Della prima guerra europea del terzo millennio, la prima vera guerra dopo la Seconda Guerra Mondiale, sono già più di 10 milioni gli sfollati. Una cifra altissima, considerando che lo scenario è limitato ai territori dell’Ucraina; una cifra altissima, sapendo che di questi più del 90% sono donne e bambini.

Gli aiuti in soccorso al Paese invaso dalla Russia non sono tardati ad arrivare. Campione di virtù la Polonia, che già il primo giorno dell’invasione, il 24 febbraio, offriva all’Ucraina uno scambio di valuta corrispondente a circa 802 milioni di euro, e già dal 6 marzo ospitava all’interno del suo territorio più di un milione di rifugiati.

Commosse e grate le parole di papa Francesco rivolte ai polacchi: “Voi, per primi, avete sostenuto l’Ucraina, aprendo i vostri confini, i vostri cuori e le porte delle vostre case agli Ucraini che scappano dalla guerra. State offrendo generosamente a loro tutto il necessario perché possano vivere dignitosamente, nonostante la drammaticità del momento. Vi sono profondamente grato e vi benedico di cuore!

Molti altri Stati hanno seguito l’esempio polacco, partecipando alla “corsa” per i sussidi umanitari. La Romania ha messo a disposizione 11 ospedali militari, Francia e Slovenia hanno inviato attrezzature di prima necessità, la Gran Bretagna ha stanziato 120 milioni di euro di fondi, e altri sussidi sono arrivati da Paesi Scandinavi, dalla Svizzera, la Turchia, il Brasile, la Corea del Sud, il Canada… Paesi fisicamente anche molto lontani che tuttavia non hanno rinunciato a far sentire sostegno e vicinanza, dimostrando come il mondo non è rimasto fermo a guardare.
Senza poi dimenticare il pacchetto di finanziamenti di emergenza da 723 milioni di dollari approvato dalla Banca Mondiale, e l’appello lanciato dall’ONU per raggiungere 1,7 miliardi di dollari in aiuti alla crisi dei rifugiati ucraini (dei quali 1,1 miliardi diretti all’Ucraina).
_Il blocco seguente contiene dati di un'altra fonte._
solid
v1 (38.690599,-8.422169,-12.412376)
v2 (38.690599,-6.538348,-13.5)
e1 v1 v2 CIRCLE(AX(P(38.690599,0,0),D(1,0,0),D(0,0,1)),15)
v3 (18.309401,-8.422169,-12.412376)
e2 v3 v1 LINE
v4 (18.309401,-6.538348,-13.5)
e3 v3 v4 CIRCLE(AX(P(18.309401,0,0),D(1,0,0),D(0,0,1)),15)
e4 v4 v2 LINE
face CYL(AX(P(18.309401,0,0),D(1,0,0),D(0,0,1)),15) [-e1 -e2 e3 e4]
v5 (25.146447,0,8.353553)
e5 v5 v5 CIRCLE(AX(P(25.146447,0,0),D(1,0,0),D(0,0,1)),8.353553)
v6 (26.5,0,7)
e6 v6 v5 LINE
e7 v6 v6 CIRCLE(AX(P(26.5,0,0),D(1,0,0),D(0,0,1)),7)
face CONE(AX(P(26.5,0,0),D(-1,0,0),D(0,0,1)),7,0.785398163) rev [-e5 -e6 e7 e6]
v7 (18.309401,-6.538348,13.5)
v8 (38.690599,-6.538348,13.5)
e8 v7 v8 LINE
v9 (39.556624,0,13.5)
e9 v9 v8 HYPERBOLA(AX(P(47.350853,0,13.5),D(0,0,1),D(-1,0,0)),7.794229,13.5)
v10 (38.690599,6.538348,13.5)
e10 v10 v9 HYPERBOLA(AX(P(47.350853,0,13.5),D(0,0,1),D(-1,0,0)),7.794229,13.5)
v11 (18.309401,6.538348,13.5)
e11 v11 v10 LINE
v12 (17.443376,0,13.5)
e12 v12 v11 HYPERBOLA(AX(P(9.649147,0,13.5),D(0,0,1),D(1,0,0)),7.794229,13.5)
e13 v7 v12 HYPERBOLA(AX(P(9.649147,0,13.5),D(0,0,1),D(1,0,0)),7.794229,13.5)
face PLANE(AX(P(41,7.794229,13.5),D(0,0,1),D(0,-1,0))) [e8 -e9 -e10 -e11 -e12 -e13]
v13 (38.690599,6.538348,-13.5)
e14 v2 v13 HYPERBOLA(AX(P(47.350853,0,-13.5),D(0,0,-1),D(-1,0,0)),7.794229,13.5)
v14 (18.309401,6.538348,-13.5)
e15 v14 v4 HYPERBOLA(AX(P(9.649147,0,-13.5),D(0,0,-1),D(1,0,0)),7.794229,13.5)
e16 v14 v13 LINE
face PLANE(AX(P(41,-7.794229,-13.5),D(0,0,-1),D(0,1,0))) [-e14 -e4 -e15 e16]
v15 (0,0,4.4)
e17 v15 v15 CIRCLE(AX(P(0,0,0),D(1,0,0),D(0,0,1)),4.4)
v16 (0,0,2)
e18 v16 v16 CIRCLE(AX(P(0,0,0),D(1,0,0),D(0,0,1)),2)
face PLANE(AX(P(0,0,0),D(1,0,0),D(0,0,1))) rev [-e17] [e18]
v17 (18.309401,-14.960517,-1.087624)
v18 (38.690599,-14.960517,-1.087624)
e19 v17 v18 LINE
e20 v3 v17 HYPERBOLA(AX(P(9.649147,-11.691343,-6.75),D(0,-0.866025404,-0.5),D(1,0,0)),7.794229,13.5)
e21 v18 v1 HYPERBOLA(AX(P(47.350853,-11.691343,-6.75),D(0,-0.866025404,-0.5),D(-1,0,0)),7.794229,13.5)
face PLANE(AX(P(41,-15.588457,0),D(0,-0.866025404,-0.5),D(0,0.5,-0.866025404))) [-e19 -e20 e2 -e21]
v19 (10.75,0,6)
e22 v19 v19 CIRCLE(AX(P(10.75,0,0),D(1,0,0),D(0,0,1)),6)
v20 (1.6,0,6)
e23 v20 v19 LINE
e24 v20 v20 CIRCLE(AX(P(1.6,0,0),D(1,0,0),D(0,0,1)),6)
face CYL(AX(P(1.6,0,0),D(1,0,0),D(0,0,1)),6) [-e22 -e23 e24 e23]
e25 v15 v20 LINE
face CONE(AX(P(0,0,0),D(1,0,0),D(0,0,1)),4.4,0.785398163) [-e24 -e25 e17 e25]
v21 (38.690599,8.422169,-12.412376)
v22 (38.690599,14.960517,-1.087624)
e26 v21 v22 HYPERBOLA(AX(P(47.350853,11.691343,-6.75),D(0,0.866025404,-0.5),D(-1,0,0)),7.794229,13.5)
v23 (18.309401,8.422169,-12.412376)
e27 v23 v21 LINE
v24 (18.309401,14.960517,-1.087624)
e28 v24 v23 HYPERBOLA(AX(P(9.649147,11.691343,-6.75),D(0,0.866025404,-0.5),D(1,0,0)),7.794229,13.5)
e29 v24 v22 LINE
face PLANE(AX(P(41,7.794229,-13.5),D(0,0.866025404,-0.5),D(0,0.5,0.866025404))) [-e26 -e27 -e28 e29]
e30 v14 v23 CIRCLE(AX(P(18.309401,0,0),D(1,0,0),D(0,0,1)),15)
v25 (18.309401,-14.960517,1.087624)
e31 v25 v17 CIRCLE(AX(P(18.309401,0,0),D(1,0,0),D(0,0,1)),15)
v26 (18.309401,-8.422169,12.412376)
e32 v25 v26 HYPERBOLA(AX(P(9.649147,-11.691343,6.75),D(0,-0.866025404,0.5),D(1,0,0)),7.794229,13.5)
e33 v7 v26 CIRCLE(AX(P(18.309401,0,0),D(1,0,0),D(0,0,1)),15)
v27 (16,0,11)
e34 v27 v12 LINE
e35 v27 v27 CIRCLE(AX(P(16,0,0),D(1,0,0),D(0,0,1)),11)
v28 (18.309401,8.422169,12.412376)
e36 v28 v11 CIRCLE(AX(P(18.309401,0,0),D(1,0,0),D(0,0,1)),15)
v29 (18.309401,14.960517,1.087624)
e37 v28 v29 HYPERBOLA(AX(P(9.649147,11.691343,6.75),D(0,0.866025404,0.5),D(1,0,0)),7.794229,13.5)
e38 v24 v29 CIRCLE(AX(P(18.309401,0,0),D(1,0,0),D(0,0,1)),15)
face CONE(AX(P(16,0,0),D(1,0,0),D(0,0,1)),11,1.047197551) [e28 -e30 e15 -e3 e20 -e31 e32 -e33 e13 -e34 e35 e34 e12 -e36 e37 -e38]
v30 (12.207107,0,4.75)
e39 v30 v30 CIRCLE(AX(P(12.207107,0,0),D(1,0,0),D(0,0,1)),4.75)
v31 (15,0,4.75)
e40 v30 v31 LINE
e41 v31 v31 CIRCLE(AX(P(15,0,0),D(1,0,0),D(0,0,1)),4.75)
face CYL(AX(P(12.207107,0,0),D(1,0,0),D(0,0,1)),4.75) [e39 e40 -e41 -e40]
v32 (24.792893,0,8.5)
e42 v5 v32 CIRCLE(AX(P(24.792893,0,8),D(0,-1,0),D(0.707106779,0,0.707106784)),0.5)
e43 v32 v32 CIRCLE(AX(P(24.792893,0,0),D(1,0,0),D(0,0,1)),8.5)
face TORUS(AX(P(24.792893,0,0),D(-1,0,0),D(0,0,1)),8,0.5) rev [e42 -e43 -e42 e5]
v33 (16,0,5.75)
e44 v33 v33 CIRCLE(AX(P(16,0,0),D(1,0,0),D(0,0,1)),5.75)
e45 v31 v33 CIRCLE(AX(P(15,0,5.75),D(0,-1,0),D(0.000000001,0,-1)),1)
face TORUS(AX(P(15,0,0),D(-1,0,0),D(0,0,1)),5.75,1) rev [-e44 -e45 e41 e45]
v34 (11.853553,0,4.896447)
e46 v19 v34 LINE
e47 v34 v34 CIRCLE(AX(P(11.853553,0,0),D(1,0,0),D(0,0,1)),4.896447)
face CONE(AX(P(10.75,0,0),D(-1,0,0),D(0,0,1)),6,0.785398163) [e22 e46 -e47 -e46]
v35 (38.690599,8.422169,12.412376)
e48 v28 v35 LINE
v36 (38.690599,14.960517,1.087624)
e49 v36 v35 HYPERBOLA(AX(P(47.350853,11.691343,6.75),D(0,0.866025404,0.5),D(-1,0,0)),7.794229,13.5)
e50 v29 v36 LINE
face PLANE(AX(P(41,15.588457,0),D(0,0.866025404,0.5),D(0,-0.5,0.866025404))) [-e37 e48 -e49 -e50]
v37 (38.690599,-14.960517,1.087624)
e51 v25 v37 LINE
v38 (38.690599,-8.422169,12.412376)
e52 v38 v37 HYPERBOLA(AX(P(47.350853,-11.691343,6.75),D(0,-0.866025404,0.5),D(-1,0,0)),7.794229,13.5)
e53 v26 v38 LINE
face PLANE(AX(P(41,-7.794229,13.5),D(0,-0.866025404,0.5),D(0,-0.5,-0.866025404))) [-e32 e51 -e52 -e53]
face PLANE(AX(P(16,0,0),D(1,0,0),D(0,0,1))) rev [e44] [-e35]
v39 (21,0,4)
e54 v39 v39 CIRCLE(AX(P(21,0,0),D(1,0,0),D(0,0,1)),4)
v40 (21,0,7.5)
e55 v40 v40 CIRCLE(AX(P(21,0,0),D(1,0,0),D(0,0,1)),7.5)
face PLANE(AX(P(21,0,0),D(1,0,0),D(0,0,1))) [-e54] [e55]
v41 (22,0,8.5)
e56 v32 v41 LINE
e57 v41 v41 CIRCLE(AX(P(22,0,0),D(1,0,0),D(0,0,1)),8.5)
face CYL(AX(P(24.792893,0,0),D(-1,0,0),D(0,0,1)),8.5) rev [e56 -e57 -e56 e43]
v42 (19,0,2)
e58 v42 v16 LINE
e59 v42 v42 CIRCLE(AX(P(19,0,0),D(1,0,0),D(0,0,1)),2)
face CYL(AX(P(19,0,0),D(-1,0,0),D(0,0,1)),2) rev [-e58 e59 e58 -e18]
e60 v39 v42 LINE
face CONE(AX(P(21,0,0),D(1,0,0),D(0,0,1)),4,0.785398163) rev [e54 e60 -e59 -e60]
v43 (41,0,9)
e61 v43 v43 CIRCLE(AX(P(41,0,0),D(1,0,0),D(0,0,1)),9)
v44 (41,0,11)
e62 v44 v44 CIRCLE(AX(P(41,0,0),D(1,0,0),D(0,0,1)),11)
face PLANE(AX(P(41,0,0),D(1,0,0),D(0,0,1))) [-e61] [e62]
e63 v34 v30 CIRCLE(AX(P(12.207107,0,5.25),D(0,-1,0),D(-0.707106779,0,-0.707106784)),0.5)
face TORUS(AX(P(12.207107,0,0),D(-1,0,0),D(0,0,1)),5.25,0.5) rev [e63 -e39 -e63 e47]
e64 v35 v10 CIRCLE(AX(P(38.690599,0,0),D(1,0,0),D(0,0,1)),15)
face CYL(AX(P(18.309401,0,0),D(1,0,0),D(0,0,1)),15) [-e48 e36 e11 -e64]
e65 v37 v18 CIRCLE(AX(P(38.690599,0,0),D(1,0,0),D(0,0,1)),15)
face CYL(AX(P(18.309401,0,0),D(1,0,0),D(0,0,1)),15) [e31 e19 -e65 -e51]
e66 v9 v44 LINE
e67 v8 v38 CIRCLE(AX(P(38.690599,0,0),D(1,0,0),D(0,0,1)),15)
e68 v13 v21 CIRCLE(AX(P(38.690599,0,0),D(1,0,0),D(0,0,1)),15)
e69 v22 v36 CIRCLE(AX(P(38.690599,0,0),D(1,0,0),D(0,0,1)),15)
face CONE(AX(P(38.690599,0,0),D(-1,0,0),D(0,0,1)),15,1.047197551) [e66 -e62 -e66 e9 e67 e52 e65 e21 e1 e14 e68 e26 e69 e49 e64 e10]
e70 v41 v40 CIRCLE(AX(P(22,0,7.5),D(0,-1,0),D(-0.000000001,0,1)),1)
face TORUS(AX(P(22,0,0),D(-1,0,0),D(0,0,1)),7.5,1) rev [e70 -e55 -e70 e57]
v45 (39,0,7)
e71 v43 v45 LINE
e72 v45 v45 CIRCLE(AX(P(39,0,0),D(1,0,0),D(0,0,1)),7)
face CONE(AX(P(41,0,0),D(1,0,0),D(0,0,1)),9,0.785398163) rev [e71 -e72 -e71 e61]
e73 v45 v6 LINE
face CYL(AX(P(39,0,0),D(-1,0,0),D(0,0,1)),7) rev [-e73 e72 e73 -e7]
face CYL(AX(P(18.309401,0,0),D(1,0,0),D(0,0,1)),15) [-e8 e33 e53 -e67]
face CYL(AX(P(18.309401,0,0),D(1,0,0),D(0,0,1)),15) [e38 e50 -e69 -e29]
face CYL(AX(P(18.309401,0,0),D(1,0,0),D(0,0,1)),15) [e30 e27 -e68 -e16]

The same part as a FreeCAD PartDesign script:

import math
import FreeCAD as App
import Part
import Sketcher

V = App.Vector
Q = App.Units.Quantity


def add_polygon(sketch, points):
    """Adds a closed chain of lines whose ends are joined by coincident constraints."""
    first, n = sketch.GeometryCount, len(points)
    for a, b in zip(points, points[1:] + points[:1]):
        sketch.addGeometry(Part.LineSegment(App.Vector(*a, 0), App.Vector(*b, 0)), False)
    for i in range(n):
        sketch.addConstraint(Sketcher.Constraint("Coincident", first + i, 2, first + (i + 1) % n, 1))

doc = App.newDocument("Part")
params = doc.addObject("Spreadsheet::Sheet", "Params")
for row, (alias, value) in enumerate([
    ("sketch1_radius", "1 mm"),
    ("sketch1_radius2", "0.5 mm"),
    ("sketch1_width", "19 mm"),
    ("sketch1_height", "2 mm"),
    ("sketch1_width2", "12.5 mm"),
    ("revolution_angle", "360 deg"),
    ("sketch2_width", "43.8 mm"),
], start=1):
    params.set(f"A{row}", alias)
    params.set(f"B{row}", "=" + value)
    params.setAlias(f"B{row}", alias)

body = doc.addObject("PartDesign::Body", "Body")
La posizione del Parlamento italiano al momento è quella di sostenere l’Ucraina solo attraverso aiuti bellici. Una decisione storica, da alcuni contestata, la quale tuttavia non significa che gli Italiani non si stiano attivando a supporto degli Ucraini.
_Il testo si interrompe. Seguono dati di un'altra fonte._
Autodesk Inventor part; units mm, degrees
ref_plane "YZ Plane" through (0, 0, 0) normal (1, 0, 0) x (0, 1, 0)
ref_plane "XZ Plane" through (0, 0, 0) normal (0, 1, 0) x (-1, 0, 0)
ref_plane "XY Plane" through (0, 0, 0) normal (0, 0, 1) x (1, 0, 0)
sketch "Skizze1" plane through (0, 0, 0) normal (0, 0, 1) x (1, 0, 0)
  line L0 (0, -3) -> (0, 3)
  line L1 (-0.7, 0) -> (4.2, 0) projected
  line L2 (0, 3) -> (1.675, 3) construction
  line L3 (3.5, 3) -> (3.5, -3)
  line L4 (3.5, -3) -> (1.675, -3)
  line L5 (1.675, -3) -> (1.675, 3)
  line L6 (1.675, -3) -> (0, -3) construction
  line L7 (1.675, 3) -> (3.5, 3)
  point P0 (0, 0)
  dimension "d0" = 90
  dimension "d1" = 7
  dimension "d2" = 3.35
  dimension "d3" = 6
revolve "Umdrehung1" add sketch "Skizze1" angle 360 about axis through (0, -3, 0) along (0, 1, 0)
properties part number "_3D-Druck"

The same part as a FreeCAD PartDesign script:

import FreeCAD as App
import Part
import Sketcher

V = App.Vector
Q = App.Units.Quantity


def add_polygon(sketch, points):
    """Adds a closed chain of lines whose ends are joined by coincident constraints."""
    first, n = sketch.GeometryCount, len(points)
    for a, b in zip(points, points[1:] + points[:1]):
        sketch.addGeometry(Part.LineSegment(App.Vector(*a, 0), App.Vector(*b, 0)), False)
    for i in range(n):
        sketch.addConstraint(Sketcher.Constraint("Coincident", first + i, 2, first + (i + 1) % n, 1))

doc = App.newDocument("Part")
body = doc.addObject("PartDesign::Body", "Body")

# Sketch on XY plane
sketch1 = body.newObject("Sketcher::SketchObject", "Sketch")
sketch1.AttachmentSupport = (doc.getObject("XY_Plane"), [""])
sketch1.MapMode = "FlatFace"
add_polygon(sketch1, [(1.7, 3), (1.7, -3), (3.5, -3), (3.5, 3)])  # lines 0-3
sketch1.addConstraint([
    Sketcher.Constraint("Vertical", 0),
    Sketcher.Constraint("Horizontal", 1),
    Sketcher.Constraint("Vertical", 2),
    Sketcher.Constraint("Horizontal", 3),
    Sketcher.Constraint("DistanceY", 0, 2, 0, 1, Q("6 mm")),
    Sketcher.Constraint("DistanceY", 0, 2, -1, 1, Q("3 mm")),
    Sketcher.Constraint("DistanceX", -1, 1, 1, 2, Q("3.5 mm")),
    Sketcher.Constraint("DistanceX", 1, 1, 1, 2, Q("1.825 mm")),
])
revolution = body.newObject("PartDesign::Revolution", "Revolution")
revolution.Profile = sketch1
revolution.ReferenceAxis = (sketch1, ["V_Axis"])
revolution.Angle = 360

doc.recompute()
Ong, organizzazioni umanitarie, associazioni non profit, parrocchie, enti privati, città e regioni contribuiscono ogni giorno alla gara per la solidarietà.
Lo slancio arriva in particolare dal Terzo Settore, sotto la guida della Protezione Civile che coordina gli aiuti umanitari. In particolare, associazioni a cui rivolgersi se si desidera contribuire personalmente a questa staffetta sono La Croce Rossa Italiana e la Caritas e la Comunità di Sant’Egidio, impegnate a raccogliere fondi per sostenere i profughi e le organizzazioni caritatevoli dei Paesi vicini; Medici Senza Frontiere, Amici dei Bambini e Avsi, attive nelle zone di conflitto; Action Aid, We Word e Progetto Arca, che si occupano in particolare di donne e bambini.

Gli enti che si sono messi in moto sono fortunatamente tantissimi, e numerosissime sono le effettive possibilità di prendere personalmente parte a questa gara di solidarietà. Tuttavia è bene ricordare che i sussidi per essere efficaci devono essere coordinati al meglio e orientati verso obiettivi precisi, in modo che nessuno sforzo venga vanificato.
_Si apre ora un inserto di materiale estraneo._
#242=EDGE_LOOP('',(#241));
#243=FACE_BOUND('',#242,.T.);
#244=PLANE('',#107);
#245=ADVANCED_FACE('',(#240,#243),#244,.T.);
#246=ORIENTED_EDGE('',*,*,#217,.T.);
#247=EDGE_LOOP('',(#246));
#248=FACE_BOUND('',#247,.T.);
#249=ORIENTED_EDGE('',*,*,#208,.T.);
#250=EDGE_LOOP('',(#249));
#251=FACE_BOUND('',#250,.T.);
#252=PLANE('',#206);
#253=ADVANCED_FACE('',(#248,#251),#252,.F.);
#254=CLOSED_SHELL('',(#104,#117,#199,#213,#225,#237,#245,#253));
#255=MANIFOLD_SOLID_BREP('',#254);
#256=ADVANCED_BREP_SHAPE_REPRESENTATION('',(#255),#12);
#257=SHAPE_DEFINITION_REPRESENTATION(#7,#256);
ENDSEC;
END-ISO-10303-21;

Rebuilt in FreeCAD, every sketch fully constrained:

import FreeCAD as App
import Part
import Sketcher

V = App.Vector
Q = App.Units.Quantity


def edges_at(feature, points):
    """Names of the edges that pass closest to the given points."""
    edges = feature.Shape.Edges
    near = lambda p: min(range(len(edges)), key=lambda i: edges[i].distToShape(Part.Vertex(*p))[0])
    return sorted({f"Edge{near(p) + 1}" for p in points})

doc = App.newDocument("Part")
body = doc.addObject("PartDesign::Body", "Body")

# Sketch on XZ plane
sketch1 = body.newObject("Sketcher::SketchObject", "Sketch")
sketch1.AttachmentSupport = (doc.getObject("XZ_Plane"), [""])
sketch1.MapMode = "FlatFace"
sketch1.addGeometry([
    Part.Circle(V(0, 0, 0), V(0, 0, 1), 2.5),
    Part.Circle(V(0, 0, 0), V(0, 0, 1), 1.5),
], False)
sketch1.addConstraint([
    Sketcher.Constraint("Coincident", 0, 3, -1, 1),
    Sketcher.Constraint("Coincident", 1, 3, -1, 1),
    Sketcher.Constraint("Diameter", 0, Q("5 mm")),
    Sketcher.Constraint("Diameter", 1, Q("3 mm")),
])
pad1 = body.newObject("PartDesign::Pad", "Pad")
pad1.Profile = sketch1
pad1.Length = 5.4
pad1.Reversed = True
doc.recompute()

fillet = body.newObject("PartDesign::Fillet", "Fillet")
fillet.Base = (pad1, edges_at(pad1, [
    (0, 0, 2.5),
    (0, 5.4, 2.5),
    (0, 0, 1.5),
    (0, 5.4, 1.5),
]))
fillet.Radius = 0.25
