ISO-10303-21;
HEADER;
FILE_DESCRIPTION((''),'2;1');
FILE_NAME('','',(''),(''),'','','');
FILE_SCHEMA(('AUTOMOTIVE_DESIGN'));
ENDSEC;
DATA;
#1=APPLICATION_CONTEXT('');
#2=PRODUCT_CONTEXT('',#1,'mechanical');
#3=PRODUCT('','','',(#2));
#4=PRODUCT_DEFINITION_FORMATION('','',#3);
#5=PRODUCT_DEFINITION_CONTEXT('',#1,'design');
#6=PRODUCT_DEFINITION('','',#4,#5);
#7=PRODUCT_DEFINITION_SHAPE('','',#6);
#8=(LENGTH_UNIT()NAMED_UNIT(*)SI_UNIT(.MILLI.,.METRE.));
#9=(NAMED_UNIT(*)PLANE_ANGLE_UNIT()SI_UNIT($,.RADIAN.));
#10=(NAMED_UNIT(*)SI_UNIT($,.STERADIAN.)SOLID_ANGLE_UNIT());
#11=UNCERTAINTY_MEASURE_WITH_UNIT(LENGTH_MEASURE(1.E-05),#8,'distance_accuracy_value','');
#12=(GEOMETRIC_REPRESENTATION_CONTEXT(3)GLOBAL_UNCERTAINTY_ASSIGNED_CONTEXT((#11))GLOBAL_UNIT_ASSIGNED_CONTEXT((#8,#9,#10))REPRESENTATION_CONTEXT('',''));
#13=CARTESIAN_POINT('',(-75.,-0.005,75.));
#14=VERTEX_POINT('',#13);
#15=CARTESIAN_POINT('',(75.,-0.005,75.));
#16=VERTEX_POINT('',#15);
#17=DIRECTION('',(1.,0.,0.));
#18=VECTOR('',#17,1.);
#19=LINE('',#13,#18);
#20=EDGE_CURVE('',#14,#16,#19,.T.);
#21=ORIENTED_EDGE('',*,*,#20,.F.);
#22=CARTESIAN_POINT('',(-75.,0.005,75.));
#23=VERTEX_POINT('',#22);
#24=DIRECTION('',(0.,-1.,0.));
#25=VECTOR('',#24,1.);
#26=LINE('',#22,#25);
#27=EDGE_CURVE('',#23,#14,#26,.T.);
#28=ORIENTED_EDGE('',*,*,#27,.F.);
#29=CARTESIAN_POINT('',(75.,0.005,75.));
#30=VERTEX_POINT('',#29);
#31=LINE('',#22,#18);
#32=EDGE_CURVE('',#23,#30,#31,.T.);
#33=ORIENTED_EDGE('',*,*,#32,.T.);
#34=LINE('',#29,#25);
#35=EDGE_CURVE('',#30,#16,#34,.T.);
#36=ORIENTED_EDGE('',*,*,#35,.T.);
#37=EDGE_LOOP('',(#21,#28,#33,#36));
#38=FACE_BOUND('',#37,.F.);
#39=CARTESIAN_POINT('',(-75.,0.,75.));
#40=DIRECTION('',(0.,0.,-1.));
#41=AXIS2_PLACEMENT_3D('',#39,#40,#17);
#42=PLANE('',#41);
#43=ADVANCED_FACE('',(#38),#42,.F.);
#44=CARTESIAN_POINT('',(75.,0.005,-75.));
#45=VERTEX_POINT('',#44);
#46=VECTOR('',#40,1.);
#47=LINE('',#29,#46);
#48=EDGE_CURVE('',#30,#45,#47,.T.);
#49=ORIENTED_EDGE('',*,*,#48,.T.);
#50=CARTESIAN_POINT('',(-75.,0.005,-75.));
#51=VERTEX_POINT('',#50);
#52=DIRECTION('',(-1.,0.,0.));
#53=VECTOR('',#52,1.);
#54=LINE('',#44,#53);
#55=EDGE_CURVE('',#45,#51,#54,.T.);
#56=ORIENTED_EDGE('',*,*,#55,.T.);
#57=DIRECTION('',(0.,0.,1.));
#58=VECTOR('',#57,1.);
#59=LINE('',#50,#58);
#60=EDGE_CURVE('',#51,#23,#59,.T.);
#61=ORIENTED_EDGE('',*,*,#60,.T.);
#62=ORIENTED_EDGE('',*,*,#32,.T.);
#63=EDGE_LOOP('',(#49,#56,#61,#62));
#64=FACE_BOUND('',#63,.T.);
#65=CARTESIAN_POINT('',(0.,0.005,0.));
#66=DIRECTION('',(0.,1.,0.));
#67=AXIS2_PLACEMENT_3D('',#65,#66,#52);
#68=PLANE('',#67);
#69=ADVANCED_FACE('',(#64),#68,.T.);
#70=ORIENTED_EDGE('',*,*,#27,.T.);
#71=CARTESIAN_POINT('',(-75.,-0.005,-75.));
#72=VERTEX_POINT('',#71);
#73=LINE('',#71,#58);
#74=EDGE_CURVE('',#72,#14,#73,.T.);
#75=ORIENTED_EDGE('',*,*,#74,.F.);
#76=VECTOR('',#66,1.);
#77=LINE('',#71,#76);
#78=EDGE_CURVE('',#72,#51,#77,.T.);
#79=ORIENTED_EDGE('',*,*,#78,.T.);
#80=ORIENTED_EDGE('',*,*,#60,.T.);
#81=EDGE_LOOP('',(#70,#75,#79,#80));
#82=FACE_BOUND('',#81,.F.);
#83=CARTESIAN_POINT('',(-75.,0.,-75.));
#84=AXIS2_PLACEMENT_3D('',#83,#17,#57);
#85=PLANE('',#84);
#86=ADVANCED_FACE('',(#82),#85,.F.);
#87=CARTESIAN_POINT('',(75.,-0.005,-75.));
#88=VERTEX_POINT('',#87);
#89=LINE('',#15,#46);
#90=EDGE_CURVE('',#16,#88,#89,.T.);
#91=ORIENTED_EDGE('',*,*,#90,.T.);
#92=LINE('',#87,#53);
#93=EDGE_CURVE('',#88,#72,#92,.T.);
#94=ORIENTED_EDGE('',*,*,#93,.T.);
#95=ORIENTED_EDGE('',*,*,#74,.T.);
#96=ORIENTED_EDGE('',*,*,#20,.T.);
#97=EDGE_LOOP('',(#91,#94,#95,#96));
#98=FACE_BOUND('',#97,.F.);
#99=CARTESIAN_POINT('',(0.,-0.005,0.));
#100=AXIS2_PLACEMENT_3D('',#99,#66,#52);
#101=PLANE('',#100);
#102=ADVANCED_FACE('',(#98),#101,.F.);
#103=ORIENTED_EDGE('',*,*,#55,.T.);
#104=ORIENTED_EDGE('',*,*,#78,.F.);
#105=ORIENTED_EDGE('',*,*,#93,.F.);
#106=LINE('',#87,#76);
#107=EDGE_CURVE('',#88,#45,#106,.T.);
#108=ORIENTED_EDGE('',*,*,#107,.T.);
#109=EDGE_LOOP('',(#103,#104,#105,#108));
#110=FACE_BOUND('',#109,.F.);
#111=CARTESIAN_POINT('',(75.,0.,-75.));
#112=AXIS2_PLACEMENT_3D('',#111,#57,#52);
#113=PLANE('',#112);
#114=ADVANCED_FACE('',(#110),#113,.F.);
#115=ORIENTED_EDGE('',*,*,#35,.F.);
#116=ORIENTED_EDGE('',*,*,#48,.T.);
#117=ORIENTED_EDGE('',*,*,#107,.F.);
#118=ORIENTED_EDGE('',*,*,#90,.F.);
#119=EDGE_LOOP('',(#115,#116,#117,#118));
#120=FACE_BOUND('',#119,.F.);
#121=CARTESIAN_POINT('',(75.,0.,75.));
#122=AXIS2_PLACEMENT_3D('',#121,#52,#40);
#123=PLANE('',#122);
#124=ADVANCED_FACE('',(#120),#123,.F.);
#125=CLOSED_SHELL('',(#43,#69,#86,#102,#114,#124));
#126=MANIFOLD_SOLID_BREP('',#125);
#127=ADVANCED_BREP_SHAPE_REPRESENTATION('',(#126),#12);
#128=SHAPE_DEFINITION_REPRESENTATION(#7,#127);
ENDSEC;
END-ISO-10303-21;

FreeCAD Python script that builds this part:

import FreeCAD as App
import Part
import Sketcher

V = App.Vector
Q = App.Units.Quantity

doc = App.newDocument("Part")
body = doc.addObject("PartDesign::Body", "Body")

# Sketch on XZ plane
sketch1 = body.newObject("Sketcher::SketchObject", "Sketch")
sketch1.AttachmentSupport = (doc.getObject("XZ_Plane"), [""])
sketch1.MapMode = "FlatFace"
sketch1.addGeometry([
    Part.LineSegment(V(75, 75, 0), V(75, -75, 0)),
    Part.LineSegment(V(75, -75, 0), V(-75, -75, 0)),
    Part.LineSegment(V(-75, -75, 0), V(-75, 75, 0)),
    Part.LineSegment(V(-75, 75, 0), V(75, 75, 0)),
], False)
sketch1.addConstraint([
    Sketcher.Constraint("Coincident", 0, 2, 1, 1),
    Sketcher.Constraint("Coincident", 1, 2, 2, 1),
    Sketcher.Constraint("Coincident", 2, 2, 3, 1),
    Sketcher.Constraint("Coincident", 3, 2, 0, 1),
    Sketcher.Constraint("Vertical", 0),
    Sketcher.Constraint("Horizontal", 1),
    Sketcher.Constraint("Vertical", 2),
    Sketcher.Constraint("Horizontal", 3),
    Sketcher.Constraint("Symmetric", 0, 2, 2, 2, -1, 1),
    Sketcher.Constraint("Equal", 3, 0),
    Sketcher.Constraint("DistanceX", 1, 2, 1, 1, Q("150 mm")),
])
pad1 = body.newObject("PartDesign::Pad", "Pad")
pad1.Profile = sketch1
pad1.Length = 0.01
pad1.Midplane = True

doc.recompute()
Al momento la raccolta fondi e l’accoglienza sul territorio sono fondamentali; altrettanto necessari sono i contributi legati all’ambito sanitario (raccolta di medicinali); mentre le raccolte di cibo e vestiario al momento appaiono meno urgenti. Infine ricordiamo l’utilità dei sussidi bellici forniti dai vari Paesi all’Ucraina, anche se sarebbe bene tenere a mente che il vero aiuto non può mai derivare dalle armi. In effetti per sostenere le truppe ucraine stiamo assistendo a una vera e propria mobilitazione dei paesi europei, una escalation di materiali che ha rimesso in moto l’industria della guerra in Europa e nel mondo.

Questa prospettiva, sapendo che tutto ciò che viene prodotto è destinato ad essere impiegato, non ci fa ben sperare, non contribuisce al prospettarsi di un clima sereno e pacificatore per il futuro. Le operazioni diplomatiche, incerte e tentennanti, non sembrano ancora ben seminare nel terreno di guerra.
Ciò che ci rimane da sperare è che la ragionevolezza e lo spirito di compromesso possa prima o poi prevalere tra le forze in campo, rendendoci conto che questa è una guerra folle, come d’altronde folle è qualsiasi guerra che si decida mai di innescare.